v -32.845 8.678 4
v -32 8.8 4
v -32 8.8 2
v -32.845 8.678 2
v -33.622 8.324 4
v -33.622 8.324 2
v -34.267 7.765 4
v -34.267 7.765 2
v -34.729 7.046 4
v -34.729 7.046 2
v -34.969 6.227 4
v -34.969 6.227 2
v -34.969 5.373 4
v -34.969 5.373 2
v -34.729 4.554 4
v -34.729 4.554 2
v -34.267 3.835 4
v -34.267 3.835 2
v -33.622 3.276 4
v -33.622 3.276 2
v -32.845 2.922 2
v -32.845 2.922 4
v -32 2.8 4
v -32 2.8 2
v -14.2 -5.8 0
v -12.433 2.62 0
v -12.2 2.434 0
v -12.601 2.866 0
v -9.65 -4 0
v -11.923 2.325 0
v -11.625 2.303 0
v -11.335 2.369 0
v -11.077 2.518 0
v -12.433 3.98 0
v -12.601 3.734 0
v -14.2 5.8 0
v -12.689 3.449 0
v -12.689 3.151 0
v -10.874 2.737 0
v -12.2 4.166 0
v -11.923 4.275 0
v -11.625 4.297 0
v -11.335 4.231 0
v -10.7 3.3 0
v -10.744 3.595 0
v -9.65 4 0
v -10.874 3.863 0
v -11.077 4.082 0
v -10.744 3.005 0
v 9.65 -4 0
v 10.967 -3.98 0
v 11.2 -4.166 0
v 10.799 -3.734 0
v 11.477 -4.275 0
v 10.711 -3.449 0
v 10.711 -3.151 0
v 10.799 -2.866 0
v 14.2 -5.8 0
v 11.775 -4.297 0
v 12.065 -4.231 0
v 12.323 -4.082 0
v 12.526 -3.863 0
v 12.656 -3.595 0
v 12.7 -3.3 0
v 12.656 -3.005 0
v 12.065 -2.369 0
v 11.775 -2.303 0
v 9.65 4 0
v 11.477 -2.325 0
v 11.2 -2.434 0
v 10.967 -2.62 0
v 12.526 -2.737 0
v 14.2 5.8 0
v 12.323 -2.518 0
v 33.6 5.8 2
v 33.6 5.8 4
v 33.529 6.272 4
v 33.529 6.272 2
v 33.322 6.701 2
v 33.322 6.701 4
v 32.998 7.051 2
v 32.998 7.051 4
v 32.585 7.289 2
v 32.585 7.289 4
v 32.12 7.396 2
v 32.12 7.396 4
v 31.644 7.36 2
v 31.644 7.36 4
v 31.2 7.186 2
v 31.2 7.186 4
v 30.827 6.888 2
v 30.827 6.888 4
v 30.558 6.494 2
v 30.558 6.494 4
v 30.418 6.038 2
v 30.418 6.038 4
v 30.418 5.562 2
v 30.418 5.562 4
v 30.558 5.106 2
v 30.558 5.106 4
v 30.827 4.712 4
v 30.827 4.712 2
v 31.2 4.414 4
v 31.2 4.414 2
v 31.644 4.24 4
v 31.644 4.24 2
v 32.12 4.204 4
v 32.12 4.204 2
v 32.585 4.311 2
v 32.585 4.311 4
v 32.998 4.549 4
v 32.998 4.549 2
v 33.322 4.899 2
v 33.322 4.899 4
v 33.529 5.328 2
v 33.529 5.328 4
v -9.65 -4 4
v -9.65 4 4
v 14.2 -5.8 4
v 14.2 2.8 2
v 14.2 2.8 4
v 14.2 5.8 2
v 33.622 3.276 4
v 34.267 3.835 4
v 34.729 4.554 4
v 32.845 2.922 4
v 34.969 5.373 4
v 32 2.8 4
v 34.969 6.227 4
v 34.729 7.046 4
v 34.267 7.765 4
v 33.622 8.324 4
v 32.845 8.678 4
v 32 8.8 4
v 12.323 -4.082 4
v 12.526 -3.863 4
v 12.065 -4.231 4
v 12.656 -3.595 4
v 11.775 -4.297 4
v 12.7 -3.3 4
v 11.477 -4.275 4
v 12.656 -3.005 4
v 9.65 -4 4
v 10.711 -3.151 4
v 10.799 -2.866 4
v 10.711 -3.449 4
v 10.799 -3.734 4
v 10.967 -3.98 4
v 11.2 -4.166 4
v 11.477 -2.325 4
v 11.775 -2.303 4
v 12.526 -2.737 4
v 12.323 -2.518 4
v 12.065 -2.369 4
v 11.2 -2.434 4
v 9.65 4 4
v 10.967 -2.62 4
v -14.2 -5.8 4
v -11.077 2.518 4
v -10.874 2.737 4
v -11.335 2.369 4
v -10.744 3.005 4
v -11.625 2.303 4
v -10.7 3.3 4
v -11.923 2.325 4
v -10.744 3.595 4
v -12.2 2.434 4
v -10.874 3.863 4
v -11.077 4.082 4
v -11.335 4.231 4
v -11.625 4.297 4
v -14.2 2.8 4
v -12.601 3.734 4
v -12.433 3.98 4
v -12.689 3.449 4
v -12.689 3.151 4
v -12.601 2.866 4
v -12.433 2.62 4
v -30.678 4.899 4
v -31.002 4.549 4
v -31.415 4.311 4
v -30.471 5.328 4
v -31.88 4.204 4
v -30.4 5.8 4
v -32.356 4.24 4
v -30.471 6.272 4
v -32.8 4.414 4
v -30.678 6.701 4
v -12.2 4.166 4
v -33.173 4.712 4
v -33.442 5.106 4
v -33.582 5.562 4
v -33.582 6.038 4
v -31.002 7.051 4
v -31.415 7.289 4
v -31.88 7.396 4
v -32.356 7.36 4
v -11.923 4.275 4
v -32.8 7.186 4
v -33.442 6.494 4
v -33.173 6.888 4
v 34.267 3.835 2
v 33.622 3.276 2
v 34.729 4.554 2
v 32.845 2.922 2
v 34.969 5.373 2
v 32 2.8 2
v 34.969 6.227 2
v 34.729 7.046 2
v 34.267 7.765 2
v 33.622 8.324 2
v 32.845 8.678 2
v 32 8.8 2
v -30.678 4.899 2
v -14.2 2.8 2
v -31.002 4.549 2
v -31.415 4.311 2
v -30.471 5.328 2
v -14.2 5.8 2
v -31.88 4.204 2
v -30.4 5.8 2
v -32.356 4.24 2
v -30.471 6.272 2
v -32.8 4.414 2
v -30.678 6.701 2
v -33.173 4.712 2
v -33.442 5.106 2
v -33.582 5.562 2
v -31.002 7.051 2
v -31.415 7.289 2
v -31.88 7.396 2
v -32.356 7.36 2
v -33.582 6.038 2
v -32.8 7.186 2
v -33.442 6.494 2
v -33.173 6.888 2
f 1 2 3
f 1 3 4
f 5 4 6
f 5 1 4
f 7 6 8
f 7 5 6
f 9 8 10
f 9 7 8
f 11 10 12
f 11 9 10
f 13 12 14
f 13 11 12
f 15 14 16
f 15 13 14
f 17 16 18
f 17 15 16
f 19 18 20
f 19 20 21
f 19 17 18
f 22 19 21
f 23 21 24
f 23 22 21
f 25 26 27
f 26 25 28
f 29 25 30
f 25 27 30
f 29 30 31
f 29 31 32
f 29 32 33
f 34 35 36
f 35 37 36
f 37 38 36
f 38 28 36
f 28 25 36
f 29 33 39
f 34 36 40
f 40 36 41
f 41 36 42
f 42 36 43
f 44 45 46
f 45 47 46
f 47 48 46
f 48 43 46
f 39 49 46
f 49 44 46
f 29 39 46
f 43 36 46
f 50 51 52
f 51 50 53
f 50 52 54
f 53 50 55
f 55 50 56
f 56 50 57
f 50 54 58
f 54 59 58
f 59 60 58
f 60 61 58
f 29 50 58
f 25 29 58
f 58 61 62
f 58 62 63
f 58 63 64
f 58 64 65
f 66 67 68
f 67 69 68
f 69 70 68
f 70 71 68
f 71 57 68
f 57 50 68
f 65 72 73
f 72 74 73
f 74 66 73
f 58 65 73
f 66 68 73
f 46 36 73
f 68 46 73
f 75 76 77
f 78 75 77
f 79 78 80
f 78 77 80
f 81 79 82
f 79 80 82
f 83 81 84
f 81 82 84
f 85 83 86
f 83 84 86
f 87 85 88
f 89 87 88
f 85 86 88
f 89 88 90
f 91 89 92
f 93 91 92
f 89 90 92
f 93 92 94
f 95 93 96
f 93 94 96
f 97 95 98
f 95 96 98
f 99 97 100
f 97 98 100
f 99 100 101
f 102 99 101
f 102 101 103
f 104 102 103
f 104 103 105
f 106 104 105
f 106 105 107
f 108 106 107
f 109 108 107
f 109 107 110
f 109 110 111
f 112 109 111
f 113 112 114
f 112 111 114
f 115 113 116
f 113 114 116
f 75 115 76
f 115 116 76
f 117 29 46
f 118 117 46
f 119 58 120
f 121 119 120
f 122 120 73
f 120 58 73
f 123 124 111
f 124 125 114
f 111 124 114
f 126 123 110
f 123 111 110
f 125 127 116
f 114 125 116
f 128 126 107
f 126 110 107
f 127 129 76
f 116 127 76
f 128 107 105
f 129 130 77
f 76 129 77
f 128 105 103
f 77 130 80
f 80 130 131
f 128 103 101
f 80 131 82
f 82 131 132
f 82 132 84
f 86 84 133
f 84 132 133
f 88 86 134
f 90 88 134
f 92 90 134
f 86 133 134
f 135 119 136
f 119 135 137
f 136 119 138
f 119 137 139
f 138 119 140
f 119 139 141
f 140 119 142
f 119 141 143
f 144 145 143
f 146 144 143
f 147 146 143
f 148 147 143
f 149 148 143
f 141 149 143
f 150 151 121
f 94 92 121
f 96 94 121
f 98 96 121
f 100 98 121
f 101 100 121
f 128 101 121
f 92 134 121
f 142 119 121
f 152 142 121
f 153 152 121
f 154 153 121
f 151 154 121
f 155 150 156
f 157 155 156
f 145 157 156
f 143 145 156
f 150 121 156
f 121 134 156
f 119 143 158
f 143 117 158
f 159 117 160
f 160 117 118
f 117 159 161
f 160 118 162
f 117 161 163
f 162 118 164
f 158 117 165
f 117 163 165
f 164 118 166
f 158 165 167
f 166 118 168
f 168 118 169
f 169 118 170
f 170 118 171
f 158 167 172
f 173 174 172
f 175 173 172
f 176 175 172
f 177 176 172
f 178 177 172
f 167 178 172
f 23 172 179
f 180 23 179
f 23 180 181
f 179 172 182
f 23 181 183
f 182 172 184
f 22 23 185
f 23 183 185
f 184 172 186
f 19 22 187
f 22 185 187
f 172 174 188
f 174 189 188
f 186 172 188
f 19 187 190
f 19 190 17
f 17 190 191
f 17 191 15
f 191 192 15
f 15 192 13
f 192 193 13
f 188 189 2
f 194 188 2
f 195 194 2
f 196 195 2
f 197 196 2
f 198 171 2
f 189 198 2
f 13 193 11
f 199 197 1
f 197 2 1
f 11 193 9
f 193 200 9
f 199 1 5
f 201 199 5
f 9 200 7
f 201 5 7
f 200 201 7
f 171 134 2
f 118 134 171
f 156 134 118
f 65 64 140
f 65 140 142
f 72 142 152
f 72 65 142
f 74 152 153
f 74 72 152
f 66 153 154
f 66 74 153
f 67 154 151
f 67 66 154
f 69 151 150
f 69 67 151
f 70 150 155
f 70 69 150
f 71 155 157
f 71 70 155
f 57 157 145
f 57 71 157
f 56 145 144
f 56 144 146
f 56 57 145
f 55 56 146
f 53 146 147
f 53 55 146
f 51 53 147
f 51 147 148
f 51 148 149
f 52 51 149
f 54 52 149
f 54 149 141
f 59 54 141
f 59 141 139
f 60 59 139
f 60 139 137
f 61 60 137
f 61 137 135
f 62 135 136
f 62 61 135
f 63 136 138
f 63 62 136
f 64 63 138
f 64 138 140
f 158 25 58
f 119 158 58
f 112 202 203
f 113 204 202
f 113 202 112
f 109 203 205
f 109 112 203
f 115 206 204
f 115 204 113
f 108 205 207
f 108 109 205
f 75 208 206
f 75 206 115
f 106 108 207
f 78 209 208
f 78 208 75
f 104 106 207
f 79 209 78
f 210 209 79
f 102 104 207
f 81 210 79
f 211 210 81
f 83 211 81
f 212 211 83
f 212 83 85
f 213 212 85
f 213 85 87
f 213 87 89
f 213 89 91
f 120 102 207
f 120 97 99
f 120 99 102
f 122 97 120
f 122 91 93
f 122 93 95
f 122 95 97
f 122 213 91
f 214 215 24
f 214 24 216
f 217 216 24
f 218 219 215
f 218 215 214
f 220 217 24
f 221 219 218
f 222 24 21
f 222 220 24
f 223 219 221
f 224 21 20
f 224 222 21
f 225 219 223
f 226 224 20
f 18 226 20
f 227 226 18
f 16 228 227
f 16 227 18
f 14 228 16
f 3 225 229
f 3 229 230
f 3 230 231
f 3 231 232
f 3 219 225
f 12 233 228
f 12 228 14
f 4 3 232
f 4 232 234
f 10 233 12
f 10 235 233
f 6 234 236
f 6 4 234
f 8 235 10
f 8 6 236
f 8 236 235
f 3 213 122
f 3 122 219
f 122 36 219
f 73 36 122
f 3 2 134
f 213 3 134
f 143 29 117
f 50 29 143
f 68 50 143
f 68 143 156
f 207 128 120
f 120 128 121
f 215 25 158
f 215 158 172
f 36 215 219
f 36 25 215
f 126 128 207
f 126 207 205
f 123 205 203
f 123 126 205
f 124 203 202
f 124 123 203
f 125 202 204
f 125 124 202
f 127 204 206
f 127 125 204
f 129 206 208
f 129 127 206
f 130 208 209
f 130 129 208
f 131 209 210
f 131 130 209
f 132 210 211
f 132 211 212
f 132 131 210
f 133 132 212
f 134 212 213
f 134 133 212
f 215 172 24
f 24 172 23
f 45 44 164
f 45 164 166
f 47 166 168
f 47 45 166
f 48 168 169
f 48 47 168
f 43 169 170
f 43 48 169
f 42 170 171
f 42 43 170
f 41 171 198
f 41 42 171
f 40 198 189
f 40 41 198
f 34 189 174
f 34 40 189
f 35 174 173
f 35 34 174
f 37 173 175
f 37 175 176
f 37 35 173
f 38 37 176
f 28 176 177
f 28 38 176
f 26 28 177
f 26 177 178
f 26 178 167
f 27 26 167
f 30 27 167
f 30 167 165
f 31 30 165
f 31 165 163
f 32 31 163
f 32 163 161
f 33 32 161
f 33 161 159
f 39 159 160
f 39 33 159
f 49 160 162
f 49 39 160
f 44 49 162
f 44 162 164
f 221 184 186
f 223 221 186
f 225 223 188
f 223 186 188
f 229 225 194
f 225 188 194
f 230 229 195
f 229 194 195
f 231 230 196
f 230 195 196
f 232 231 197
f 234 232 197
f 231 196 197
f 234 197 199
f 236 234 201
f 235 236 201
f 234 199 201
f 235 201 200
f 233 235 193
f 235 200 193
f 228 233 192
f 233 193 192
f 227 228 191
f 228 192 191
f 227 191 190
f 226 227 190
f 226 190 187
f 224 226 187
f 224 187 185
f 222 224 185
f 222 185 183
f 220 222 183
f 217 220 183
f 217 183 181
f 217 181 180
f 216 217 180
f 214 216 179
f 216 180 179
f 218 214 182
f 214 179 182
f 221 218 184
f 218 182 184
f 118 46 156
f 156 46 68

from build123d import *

# Parameters (mm, degrees)
SKETCH_W     = 28.4
SKETCH_H     = 11.6
SKETCH_R     = 1
SKETCH_W_2   = 19.3
SKETCH_H_2   = 8
PAD_DEPTH    = 4
SKETCH001_R  = 1.6
PAD001_DEPTH = 2


with BuildPart() as part:
    # Sketch → Pad (new body)
    with BuildSketch(Plane.XY):
        Rectangle(SKETCH_W, SKETCH_H)
        with Locations((-11.7, 3.3)):
            Circle(SKETCH_R, mode=Mode.SUBTRACT)
        with Locations((11.7, -3.3)):
            Circle(SKETCH_R, mode=Mode.SUBTRACT)
        Rectangle(SKETCH_W_2, SKETCH_H_2, mode=Mode.SUBTRACT)
    extrude(amount=PAD_DEPTH)

    # Sketch001 → Pad001 (new body)
    with BuildSketch(Plane.XY.offset(4)):
        with BuildLine():
            Line((-14.2, 2.8), (-32, 2.8))
            ThreePointArc((-32, 8.8), (-35, 5.8), (-32, 2.8))
            Line((-32, 8.8), (32, 8.8))
            ThreePointArc((32, 2.8), (35, 5.8), (32, 8.8))
            Line((32, 2.8), (14.2, 2.8))
            Line((14.2, 2.8), (14.2, 5.7))
            Line((14.2, 5.7), (-14.2, 5.7))
            Line((-14.2, 5.7), (-14.2, 2.8))
        make_face()
        with Locations((-32, 5.8)):
            Circle(SKETCH001_R, mode=Mode.SUBTRACT)
        with Locations((32, 5.8)):
            Circle(SKETCH001_R, mode=Mode.SUBTRACT)
    extrude(amount=-PAD001_DEPTH)


solid = part.part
+ + + + +
Your assignment: Quote the records from their first line to the line with "v -11.625 4.297 0", inclusive, without adding or dropping anything.

Task result:
v -32.845 8.678 4
v -32 8.8 4
v -32 8.8 2
v -32.845 8.678 2
v -33.622 8.324 4
v -33.622 8.324 2
v -34.267 7.765 4
v -34.267 7.765 2
v -34.729 7.046 4
v -34.729 7.046 2
v -34.969 6.227 4
v -34.969 6.227 2
v -34.969 5.373 4
v -34.969 5.373 2
v -34.729 4.554 4
v -34.729 4.554 2
v -34.267 3.835 4
v -34.267 3.835 2
v -33.622 3.276 4
v -33.622 3.276 2
v -32.845 2.922 2
v -32.845 2.922 4
v -32 2.8 4
v -32 2.8 2
v -14.2 -5.8 0
v -12.433 2.62 0
v -12.2 2.434 0
v -12.601 2.866 0
v -9.65 -4 0
v -11.923 2.325 0
v -11.625 2.303 0
v -11.335 2.369 0
v -11.077 2.518 0
v -12.433 3.98 0
v -12.601 3.734 0
v -14.2 5.8 0
v -12.689 3.449 0
v -12.689 3.151 0
v -10.874 2.737 0
v -12.2 4.166 0
v -11.923 4.275 0
v -11.625 4.297 0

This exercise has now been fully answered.